Please repeat the lines below exactly. Begin with the line containing "FILE_SCHEMA(('AUTOMOTIVE_DESIGN'));" and go on through the line containing "#39=EDGE_LOOP('',(#31,#32,#33,#38));".

Data excerpts:

===============

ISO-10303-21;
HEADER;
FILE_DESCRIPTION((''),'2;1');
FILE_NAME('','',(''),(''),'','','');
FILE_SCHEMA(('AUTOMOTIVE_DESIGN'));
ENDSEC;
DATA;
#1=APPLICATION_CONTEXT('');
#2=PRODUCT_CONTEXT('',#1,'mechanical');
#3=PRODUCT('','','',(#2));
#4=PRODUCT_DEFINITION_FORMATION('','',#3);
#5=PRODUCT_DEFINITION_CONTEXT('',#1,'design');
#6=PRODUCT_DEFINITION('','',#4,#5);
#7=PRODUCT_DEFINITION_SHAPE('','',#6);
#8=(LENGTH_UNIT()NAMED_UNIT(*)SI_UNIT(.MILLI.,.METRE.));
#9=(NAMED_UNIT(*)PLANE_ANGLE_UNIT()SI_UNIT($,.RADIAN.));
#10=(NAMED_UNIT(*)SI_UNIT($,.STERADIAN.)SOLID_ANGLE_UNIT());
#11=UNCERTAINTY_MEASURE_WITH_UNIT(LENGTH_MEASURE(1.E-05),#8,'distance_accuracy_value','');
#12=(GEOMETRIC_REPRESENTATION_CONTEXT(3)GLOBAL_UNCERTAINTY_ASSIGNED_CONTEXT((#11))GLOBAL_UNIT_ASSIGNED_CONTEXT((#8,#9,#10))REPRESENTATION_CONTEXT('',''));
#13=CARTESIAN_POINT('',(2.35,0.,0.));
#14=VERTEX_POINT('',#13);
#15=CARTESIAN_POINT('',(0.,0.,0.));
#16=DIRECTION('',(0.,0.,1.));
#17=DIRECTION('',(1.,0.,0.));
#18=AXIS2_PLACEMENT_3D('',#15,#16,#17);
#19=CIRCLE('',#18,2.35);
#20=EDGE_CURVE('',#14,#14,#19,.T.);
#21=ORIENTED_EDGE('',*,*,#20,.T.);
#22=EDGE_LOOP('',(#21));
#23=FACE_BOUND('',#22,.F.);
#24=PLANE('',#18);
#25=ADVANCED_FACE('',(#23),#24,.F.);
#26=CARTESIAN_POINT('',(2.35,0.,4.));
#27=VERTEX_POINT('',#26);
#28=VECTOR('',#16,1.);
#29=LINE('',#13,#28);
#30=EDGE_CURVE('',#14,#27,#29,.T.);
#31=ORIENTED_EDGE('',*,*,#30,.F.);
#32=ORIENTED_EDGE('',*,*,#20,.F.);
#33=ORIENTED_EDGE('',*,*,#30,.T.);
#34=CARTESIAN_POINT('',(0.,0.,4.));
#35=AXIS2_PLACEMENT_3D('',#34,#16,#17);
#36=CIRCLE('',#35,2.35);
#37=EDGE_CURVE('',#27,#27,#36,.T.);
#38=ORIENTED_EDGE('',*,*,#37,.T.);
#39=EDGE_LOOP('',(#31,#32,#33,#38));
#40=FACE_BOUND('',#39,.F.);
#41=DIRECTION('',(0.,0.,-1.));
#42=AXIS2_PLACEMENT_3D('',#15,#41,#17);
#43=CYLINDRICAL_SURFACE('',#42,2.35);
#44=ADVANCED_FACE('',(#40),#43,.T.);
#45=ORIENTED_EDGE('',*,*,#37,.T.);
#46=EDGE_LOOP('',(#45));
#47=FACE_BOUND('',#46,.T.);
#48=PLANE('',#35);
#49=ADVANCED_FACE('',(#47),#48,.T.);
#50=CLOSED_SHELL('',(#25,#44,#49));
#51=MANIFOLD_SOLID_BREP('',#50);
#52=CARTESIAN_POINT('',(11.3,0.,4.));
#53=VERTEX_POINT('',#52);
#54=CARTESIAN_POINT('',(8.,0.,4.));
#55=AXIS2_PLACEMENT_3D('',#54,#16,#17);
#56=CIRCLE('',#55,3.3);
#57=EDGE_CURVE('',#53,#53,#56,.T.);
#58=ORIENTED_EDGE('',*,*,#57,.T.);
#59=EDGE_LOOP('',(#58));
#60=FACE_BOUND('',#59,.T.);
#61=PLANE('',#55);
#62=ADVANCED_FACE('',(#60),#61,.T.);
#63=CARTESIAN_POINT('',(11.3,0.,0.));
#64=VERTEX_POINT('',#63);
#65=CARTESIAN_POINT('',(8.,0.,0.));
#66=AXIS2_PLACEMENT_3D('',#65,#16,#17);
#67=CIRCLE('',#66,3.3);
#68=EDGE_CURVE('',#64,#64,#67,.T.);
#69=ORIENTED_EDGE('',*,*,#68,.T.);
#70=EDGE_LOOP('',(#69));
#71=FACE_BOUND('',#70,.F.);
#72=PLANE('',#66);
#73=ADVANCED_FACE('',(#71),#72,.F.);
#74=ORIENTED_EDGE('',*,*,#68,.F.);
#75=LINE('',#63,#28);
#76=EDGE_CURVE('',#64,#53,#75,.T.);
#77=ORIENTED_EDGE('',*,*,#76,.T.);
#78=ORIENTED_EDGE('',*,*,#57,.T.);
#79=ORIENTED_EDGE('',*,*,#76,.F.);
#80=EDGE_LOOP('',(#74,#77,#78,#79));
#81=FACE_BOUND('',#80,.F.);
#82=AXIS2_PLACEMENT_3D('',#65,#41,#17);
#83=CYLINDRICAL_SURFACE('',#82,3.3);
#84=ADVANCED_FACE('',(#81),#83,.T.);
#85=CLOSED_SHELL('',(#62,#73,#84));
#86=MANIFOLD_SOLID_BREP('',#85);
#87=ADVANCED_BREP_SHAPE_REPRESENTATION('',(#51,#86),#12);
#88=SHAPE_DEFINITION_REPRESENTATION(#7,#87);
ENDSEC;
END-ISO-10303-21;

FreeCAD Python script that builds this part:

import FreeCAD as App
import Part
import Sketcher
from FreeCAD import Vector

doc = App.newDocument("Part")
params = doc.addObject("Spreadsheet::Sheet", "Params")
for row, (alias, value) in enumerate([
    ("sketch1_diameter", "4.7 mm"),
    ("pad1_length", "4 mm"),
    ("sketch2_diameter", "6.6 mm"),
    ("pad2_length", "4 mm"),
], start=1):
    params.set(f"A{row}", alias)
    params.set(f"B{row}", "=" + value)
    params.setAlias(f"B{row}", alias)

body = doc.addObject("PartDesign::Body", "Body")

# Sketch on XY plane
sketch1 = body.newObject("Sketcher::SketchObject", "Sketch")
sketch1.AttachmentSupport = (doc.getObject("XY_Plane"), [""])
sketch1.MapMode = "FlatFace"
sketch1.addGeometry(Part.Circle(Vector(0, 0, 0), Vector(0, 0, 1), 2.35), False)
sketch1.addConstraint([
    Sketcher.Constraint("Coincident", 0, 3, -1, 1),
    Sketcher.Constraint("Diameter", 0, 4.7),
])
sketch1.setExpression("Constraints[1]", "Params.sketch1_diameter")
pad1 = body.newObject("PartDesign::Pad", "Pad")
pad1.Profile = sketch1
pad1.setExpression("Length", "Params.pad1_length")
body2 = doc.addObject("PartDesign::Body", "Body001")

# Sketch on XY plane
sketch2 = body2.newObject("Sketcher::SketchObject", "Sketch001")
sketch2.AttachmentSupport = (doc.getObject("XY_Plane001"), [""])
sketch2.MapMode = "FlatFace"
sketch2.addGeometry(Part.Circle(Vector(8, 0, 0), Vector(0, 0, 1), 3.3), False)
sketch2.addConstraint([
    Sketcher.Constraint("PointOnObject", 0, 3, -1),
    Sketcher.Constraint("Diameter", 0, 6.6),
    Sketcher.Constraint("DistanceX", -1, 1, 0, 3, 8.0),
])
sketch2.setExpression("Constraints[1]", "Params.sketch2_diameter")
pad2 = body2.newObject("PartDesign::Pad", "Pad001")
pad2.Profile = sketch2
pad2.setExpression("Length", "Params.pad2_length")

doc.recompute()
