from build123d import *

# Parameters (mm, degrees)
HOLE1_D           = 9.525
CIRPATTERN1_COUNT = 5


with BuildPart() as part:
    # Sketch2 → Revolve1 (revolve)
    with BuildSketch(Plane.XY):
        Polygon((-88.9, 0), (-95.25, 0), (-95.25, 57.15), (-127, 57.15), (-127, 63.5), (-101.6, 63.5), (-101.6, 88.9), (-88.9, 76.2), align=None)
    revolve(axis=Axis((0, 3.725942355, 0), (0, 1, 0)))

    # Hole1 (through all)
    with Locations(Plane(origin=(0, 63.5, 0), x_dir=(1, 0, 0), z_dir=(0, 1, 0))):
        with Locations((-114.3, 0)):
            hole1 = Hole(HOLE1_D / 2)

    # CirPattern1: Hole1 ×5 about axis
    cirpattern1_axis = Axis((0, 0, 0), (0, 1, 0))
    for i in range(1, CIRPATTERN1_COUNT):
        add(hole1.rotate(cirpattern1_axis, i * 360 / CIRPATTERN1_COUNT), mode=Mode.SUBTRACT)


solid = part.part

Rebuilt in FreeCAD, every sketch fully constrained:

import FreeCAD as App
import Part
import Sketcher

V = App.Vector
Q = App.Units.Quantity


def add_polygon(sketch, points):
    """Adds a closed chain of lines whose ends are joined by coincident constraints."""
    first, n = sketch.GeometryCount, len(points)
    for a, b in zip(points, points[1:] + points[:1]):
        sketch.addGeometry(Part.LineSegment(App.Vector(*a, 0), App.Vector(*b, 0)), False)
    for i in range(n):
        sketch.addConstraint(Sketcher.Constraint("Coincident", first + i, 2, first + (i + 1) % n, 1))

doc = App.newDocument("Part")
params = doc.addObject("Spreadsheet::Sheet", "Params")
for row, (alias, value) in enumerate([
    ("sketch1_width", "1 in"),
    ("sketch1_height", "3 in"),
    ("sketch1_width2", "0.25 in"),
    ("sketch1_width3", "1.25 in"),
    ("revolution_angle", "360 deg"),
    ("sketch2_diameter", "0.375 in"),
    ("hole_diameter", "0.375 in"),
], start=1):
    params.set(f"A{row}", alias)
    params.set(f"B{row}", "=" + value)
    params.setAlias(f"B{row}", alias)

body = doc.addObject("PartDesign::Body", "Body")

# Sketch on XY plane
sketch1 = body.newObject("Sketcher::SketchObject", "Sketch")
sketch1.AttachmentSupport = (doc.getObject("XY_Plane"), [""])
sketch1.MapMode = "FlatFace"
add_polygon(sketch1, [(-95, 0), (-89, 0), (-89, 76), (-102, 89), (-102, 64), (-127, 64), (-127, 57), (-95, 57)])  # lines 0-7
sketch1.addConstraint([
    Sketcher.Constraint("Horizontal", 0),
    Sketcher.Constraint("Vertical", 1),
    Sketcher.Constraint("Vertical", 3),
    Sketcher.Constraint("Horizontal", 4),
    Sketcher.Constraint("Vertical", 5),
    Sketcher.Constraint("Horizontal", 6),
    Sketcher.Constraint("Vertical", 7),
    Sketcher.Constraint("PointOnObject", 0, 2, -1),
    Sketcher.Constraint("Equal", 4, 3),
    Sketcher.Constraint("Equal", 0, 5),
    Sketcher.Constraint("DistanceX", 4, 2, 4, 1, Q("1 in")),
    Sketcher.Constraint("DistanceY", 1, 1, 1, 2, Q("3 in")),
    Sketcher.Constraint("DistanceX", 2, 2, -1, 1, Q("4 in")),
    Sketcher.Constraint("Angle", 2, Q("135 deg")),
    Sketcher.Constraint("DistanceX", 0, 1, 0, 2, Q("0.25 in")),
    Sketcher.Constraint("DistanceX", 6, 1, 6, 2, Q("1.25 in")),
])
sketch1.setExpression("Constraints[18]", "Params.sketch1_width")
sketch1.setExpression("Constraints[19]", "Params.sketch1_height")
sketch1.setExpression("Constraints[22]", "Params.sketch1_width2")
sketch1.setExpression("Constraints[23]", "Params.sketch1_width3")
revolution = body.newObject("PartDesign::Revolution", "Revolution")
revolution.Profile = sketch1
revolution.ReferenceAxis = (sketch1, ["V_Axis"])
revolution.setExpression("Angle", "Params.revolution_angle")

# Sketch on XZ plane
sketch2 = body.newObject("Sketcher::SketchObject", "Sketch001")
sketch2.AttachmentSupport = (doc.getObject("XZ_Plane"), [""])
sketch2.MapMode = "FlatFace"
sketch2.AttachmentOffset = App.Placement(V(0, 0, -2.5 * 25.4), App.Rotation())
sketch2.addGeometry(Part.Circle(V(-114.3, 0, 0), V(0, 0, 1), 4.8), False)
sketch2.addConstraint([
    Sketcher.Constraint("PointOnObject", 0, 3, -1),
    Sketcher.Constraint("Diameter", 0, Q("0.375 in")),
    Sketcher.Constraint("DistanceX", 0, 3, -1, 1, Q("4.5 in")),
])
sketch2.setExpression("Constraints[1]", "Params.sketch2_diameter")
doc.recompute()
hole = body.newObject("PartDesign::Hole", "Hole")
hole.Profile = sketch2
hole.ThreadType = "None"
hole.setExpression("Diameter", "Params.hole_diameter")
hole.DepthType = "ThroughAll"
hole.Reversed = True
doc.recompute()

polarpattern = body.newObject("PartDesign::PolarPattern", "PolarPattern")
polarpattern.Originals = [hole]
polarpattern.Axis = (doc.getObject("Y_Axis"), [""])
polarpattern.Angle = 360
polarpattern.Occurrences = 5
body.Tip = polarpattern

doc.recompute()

===============

YOUR RESPONSE:
FILE_SCHEMA(('AUTOMOTIVE_DESIGN'));
ENDSEC;
DATA;
#1=APPLICATION_CONTEXT('');
#2=PRODUCT_CONTEXT('',#1,'mechanical');
#3=PRODUCT('','','',(#2));
#4=PRODUCT_DEFINITION_FORMATION('','',#3);
#5=PRODUCT_DEFINITION_CONTEXT('',#1,'design');
#6=PRODUCT_DEFINITION('','',#4,#5);
#7=PRODUCT_DEFINITION_SHAPE('','',#6);
#8=(LENGTH_UNIT()NAMED_UNIT(*)SI_UNIT(.MILLI.,.METRE.));
#9=(NAMED_UNIT(*)PLANE_ANGLE_UNIT()SI_UNIT($,.RADIAN.));
#10=(NAMED_UNIT(*)SI_UNIT($,.STERADIAN.)SOLID_ANGLE_UNIT());
#11=UNCERTAINTY_MEASURE_WITH_UNIT(LENGTH_MEASURE(1.E-05),#8,'distance_accuracy_value','');
#12=(GEOMETRIC_REPRESENTATION_CONTEXT(3)GLOBAL_UNCERTAINTY_ASSIGNED_CONTEXT((#11))GLOBAL_UNIT_ASSIGNED_CONTEXT((#8,#9,#10))REPRESENTATION_CONTEXT('',''));
#13=CARTESIAN_POINT('',(2.35,0.,0.));
#14=VERTEX_POINT('',#13);
#15=CARTESIAN_POINT('',(0.,0.,0.));
#16=DIRECTION('',(0.,0.,1.));
#17=DIRECTION('',(1.,0.,0.));
#18=AXIS2_PLACEMENT_3D('',#15,#16,#17);
#19=CIRCLE('',#18,2.35);
#20=EDGE_CURVE('',#14,#14,#19,.T.);
#21=ORIENTED_EDGE('',*,*,#20,.T.);
#22=EDGE_LOOP('',(#21));
#23=FACE_BOUND('',#22,.F.);
#24=PLANE('',#18);
#25=ADVANCED_FACE('',(#23),#24,.F.);
#26=CARTESIAN_POINT('',(2.35,0.,4.));
#27=VERTEX_POINT('',#26);
#28=VECTOR('',#16,1.);
#29=LINE('',#13,#28);
#30=EDGE_CURVE('',#14,#27,#29,.T.);
#31=ORIENTED_EDGE('',*,*,#30,.F.);
#32=ORIENTED_EDGE('',*,*,#20,.F.);
#33=ORIENTED_EDGE('',*,*,#30,.T.);
#34=CARTESIAN_POINT('',(0.,0.,4.));
#35=AXIS2_PLACEMENT_3D('',#34,#16,#17);
#36=CIRCLE('',#35,2.35);
#37=EDGE_CURVE('',#27,#27,#36,.T.);
#38=ORIENTED_EDGE('',*,*,#37,.T.);
#39=EDGE_LOOP('',(#31,#32,#33,#38));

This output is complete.